El grupo realizado por Martínez Lobo tenía demasiadas figuras: Jesús maniatado y coronado de espinas, Pilato sentado escucha las acusaciones de un miembro del Sanedrín, junto a él un esclavo le acerca una jofaina y una toalla. A su derecha aparece un anciano sacerdote de larga barba, tocado con un turbante y portando una vara que denota su dignidad; en el extremo opuesto hay otro personaje vestido a la usanza hebrea que quizás pudiera ser Barrabás, y por último un soldado romano que sujeta a Jesús con una mano y porta una lanza en la otra. Es decir, siete figuras que se agolpan en un reducido tablero, que complicó su composición, haciéndola caótica, sin espacios apenas para la contemplación de las figuras claves de la escena: Jesús y Pilatos.

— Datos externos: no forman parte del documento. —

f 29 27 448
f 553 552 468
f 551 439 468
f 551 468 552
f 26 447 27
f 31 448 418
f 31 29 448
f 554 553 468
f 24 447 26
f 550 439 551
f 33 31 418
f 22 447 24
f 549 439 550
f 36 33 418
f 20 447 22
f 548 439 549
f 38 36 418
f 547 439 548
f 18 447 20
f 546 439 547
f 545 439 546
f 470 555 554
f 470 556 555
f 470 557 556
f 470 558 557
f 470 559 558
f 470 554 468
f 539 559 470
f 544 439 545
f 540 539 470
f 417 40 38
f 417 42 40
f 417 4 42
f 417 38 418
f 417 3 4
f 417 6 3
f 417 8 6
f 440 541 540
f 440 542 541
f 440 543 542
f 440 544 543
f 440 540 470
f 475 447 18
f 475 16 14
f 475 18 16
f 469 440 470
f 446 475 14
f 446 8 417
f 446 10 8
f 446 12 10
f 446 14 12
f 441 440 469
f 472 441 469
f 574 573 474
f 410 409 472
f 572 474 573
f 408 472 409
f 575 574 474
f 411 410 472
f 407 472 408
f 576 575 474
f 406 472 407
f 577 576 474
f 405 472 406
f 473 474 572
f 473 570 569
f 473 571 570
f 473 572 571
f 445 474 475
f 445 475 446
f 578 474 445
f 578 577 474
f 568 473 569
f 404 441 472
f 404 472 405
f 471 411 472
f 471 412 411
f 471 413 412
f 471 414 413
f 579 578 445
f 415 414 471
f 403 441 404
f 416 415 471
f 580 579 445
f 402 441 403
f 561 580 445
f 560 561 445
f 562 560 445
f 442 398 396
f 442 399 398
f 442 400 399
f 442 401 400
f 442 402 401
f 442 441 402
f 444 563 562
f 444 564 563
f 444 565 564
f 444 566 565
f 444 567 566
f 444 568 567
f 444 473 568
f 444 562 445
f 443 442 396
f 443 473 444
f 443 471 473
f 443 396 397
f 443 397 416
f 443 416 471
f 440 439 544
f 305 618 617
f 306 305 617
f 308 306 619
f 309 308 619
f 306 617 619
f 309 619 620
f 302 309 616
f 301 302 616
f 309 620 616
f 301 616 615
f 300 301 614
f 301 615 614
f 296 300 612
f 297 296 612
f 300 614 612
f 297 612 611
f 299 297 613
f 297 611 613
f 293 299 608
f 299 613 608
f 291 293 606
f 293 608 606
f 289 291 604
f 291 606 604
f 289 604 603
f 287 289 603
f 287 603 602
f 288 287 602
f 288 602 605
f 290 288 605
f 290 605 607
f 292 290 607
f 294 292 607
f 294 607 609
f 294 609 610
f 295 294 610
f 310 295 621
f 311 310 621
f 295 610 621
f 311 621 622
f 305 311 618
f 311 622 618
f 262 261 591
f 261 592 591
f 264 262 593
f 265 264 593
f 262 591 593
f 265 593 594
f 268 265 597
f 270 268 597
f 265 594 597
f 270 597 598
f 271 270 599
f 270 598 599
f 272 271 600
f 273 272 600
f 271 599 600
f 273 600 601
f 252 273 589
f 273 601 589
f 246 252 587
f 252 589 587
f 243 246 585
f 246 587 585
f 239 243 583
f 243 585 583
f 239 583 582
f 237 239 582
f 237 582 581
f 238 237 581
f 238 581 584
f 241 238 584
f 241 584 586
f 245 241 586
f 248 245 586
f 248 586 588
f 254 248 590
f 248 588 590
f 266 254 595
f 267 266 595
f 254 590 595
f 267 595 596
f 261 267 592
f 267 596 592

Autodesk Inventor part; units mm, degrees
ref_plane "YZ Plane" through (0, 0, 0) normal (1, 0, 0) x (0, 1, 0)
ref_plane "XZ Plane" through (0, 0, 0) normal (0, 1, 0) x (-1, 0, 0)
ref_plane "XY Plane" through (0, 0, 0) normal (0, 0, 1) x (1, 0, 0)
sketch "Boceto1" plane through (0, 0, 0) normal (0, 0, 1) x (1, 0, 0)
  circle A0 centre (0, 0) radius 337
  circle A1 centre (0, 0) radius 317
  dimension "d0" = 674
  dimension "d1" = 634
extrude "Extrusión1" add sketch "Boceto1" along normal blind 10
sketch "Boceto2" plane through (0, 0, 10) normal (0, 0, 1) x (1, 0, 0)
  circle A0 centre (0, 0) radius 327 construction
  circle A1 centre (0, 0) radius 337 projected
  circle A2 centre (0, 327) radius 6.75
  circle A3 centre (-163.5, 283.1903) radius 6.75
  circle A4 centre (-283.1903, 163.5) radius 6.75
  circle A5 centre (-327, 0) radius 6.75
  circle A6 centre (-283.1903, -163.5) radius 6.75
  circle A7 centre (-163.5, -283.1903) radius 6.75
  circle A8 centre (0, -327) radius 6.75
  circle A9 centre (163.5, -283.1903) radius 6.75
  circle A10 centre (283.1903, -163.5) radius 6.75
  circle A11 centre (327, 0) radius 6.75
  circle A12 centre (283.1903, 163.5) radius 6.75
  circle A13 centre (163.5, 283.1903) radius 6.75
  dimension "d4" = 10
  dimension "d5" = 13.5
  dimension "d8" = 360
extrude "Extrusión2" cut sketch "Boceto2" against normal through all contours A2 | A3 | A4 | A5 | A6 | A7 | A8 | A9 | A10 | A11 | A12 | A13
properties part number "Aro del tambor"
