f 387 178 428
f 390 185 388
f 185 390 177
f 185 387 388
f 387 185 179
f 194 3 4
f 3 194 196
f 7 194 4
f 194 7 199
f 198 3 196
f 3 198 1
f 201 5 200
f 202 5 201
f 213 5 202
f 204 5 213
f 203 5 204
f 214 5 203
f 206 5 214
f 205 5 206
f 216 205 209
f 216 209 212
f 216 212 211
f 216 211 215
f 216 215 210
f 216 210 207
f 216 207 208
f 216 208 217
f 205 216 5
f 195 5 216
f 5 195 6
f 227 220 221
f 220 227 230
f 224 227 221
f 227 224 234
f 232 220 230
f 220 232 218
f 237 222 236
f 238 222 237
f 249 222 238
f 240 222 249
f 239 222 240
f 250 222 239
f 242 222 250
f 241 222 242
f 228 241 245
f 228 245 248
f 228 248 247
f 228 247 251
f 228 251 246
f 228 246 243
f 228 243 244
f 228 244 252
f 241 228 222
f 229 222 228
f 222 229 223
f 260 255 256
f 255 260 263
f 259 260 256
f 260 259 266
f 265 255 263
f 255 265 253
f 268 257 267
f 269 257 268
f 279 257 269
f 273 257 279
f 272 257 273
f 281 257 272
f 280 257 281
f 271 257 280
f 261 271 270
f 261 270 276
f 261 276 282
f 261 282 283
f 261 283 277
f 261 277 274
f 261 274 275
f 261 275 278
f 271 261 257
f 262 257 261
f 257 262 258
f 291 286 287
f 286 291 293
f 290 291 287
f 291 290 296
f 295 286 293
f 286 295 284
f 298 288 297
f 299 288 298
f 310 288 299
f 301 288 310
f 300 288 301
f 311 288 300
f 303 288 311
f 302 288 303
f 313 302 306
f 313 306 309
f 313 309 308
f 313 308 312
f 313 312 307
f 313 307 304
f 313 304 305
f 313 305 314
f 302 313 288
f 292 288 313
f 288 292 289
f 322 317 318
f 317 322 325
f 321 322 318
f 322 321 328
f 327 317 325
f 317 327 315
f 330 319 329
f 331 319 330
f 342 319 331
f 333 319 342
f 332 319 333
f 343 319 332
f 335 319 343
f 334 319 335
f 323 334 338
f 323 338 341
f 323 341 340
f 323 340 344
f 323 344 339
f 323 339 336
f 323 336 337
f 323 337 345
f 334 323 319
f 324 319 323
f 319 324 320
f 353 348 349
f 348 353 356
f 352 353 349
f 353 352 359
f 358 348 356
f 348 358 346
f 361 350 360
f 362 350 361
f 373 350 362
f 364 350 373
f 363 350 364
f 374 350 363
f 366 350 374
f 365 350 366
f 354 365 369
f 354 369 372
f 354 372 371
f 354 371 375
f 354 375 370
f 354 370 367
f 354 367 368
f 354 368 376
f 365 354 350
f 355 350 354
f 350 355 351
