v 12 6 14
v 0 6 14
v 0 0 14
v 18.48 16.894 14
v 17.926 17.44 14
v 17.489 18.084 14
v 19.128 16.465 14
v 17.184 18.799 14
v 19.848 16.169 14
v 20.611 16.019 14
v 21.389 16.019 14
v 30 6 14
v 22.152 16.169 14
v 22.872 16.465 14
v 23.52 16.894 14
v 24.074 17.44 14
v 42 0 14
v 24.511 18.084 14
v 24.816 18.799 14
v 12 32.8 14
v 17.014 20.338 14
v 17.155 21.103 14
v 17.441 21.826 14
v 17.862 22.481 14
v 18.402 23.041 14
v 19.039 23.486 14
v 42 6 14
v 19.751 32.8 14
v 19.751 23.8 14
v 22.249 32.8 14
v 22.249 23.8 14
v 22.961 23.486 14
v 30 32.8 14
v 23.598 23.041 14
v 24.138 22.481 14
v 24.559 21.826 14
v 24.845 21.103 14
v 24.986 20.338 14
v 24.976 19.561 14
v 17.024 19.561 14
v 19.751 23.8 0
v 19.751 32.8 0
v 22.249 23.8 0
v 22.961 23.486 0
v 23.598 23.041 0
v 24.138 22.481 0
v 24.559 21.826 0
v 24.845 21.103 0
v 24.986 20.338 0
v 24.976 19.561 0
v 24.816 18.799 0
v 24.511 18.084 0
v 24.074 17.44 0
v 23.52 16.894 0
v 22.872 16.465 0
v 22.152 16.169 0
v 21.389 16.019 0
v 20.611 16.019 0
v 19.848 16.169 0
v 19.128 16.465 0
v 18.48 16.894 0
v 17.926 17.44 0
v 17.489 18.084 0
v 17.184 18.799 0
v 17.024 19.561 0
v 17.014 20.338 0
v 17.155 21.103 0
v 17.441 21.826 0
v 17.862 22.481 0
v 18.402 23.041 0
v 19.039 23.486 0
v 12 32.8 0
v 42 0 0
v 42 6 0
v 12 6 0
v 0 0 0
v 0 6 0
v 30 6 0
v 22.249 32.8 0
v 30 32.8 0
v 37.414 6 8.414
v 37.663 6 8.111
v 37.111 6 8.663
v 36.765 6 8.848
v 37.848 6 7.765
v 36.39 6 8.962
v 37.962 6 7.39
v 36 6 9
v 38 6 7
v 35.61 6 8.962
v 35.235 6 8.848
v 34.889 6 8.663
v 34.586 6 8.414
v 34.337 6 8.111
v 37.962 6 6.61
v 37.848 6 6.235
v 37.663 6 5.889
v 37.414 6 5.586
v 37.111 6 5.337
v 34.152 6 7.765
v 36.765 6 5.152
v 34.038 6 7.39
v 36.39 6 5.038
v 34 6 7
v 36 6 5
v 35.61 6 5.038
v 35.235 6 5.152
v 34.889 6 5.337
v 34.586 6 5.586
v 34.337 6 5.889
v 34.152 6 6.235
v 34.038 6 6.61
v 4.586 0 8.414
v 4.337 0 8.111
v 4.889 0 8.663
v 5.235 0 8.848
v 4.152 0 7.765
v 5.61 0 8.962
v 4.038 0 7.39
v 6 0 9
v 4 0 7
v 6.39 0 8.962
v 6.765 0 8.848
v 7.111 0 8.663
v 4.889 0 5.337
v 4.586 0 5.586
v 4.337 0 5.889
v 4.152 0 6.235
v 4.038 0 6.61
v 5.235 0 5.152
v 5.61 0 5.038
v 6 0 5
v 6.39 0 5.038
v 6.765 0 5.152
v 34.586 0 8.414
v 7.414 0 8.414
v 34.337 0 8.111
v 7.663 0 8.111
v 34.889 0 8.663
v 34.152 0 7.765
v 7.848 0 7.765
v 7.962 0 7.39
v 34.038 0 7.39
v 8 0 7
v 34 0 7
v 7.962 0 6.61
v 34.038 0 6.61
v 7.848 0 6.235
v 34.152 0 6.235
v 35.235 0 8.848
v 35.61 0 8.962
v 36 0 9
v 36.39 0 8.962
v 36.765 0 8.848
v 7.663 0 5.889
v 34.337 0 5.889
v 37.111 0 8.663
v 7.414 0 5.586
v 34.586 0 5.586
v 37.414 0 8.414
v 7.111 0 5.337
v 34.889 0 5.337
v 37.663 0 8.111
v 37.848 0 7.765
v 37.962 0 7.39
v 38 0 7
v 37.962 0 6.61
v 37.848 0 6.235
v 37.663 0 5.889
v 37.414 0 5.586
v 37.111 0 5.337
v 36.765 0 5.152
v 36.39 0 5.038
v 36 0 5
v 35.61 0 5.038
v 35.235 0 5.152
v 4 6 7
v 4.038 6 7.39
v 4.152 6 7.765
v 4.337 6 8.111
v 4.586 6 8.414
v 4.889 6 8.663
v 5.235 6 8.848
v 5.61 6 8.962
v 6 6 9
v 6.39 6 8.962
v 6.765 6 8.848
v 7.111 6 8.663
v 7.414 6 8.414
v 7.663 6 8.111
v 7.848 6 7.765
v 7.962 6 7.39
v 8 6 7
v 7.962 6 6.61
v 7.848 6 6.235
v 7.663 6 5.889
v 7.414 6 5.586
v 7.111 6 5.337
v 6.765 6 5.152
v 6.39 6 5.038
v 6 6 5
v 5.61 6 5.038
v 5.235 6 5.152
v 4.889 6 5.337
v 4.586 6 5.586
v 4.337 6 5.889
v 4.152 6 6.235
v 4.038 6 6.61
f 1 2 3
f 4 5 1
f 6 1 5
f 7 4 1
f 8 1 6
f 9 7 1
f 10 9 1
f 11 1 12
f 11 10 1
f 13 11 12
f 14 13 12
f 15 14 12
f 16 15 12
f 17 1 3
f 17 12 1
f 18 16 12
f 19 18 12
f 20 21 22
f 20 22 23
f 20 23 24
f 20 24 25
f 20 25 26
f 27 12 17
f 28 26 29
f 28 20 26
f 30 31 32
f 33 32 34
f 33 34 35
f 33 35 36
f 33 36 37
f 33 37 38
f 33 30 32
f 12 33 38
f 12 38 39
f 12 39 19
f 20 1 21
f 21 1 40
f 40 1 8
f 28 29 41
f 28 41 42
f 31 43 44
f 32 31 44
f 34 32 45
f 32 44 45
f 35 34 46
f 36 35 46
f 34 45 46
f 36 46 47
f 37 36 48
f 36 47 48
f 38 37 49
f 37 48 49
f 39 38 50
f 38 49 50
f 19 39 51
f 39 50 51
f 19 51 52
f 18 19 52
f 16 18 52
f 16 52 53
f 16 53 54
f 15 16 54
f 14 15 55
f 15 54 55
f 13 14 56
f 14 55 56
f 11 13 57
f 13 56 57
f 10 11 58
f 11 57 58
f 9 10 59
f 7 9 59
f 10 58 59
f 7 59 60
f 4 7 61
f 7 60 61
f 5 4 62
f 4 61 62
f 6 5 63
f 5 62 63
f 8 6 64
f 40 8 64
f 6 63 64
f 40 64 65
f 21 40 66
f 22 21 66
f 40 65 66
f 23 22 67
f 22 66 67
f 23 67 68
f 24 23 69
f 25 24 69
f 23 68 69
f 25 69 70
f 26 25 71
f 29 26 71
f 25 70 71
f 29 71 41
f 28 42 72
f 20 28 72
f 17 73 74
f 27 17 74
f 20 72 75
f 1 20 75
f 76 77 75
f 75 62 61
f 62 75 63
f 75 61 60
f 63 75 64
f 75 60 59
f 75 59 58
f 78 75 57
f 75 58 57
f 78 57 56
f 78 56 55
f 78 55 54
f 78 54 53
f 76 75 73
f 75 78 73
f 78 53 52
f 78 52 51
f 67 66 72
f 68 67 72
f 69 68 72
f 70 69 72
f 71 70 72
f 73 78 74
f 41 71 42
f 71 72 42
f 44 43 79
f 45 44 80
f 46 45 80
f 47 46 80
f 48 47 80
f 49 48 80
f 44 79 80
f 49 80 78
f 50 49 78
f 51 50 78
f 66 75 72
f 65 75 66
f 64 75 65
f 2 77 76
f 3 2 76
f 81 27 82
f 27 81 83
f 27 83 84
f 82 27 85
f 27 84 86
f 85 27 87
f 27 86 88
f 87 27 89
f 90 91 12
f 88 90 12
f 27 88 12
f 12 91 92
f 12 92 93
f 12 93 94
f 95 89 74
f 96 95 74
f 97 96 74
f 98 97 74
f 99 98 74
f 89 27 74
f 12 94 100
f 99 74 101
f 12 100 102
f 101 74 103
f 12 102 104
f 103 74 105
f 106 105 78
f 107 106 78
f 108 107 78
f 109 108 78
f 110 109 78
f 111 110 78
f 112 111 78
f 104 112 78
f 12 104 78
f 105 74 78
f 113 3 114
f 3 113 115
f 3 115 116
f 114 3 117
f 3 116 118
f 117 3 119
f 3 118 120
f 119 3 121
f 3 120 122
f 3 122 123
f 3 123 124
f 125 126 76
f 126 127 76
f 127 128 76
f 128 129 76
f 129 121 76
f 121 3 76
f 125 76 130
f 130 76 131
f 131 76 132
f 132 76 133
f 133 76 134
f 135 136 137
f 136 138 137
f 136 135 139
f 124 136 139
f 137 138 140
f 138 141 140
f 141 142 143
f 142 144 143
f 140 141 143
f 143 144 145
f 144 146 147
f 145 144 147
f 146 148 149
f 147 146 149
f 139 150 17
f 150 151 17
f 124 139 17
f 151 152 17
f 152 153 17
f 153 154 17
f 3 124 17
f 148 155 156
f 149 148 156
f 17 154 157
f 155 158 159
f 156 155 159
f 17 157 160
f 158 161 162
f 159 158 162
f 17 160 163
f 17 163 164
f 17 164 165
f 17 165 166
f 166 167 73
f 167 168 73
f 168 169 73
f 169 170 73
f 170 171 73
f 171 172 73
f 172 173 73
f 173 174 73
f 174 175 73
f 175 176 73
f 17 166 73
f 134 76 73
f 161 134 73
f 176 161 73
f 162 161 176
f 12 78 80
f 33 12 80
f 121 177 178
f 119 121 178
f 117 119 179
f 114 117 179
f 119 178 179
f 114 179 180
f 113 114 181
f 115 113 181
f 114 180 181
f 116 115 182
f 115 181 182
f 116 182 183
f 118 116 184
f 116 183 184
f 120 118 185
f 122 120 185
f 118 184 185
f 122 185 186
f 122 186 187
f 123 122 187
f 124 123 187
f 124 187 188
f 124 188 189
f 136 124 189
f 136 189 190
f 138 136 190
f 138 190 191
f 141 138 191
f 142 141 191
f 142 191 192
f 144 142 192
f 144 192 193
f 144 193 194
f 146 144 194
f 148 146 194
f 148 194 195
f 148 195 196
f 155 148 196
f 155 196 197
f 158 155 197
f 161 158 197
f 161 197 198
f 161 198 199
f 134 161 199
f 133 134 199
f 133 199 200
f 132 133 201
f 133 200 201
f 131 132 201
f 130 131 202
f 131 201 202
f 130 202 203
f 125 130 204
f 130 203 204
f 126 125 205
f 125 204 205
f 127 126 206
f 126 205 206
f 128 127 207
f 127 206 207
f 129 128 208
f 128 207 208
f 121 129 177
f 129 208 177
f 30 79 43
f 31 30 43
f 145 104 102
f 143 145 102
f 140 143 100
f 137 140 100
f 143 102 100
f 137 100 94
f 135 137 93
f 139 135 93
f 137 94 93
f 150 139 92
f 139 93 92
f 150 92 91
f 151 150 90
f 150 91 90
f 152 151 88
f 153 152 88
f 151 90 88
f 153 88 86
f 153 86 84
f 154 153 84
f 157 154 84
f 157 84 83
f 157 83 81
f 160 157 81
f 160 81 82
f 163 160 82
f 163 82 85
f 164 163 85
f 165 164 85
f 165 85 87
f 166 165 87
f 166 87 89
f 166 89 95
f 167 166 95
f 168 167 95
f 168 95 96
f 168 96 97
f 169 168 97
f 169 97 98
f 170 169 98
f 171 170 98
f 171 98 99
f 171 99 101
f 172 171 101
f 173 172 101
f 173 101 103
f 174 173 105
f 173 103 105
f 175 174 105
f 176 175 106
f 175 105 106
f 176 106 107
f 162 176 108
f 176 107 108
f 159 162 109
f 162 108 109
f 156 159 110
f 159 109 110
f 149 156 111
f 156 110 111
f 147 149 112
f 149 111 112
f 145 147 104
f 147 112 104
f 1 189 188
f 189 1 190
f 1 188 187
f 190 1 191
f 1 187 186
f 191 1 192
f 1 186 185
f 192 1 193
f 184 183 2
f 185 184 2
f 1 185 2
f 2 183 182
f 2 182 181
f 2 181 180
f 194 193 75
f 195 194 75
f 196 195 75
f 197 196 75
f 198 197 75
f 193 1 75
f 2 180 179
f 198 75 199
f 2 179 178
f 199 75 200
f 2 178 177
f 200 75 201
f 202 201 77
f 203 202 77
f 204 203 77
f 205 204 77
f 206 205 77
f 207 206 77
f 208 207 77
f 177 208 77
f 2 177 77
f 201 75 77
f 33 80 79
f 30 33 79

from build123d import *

# Parameters (mm, degrees)
BOSS_EXTRUDE1_DEPTH = 14
SKETCH2_R           = 2
CUT_EXTRUDE1_DEPTH  = 52.751714947


with BuildPart() as part:
    # Sketch1 → Boss-Extrude1 (new body)
    with BuildSketch(Plane.XY):
        with BuildLine():
            Line((0, 0), (42, 0))
            Line((42, 0), (42, 6))
            Line((42, 6), (30, 6))
            Line((30, 6), (30, 32.8))
            Line((30, 32.8), (22.249007882, 32.8))
            Line((22.249007882, 32.8), (22.249007882, 23.8))
            ThreePointArc((22.249007882, 23.8), (21, 15.999997414), (19.750992118, 23.8))
            Line((19.750992118, 23.8), (19.750992118, 32.8))
            Line((19.750992118, 32.8), (12, 32.8))
            Line((12, 32.8), (12, 6))
            Line((12, 6), (0, 6))
            Line((0, 6), (0, 0))
        make_face()
    extrude(amount=BOSS_EXTRUDE1_DEPTH)

    # Sketch2 → Cut-Extrude1 (cut, through all)
    with BuildSketch(Plane(origin=(0, 6, 0), x_dir=(1, 0, 0), z_dir=(0, 1, 0))):
        with Locations(Location((6, -7, 0), (0, 0, 180))):
            Circle(SKETCH2_R)
        with Locations(Location((36, -7, 0), (0, 0, 180))):
            Circle(SKETCH2_R)
    extrude(amount=-CUT_EXTRUDE1_DEPTH, mode=Mode.SUBTRACT)


solid = part.part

En lo que se refiere a la ejecución material, la talla no se muestra segura ni acertada. Los retratos son mezquinos, meras caricaturas, con una naturalidad vulgar e infantil, sin expresión. No hay proporciones y las anatomías son torpes.

A pesar de la unanimidad en las críticas y debido a la penuria económica de la cofradía, el mediocre paso de Martínez Lobo siguió desfilando hasta el año 1926 con alguna reforma del propio autor que no mejoró en absoluto la calidad de la obra. Finalmente, el paso fue vendido por la Junta de Fomento a la ciudad de Benavente en el año 1928, figurando en la procesión del Santo Entierro. En la década de los 70, el paso estaba ya tan deteriorado que se decidió su destrucción, siendo las tallas enterradas debido a que el Derecho Canónico prohíbe quemar las imágenes religiosas. Dicha destrucción fue encargada al carpintero benaventano Manuel Casas Mayo, quien decidió salvar las cabezas de Jesús y de Pilatos, que quedaron en su poder.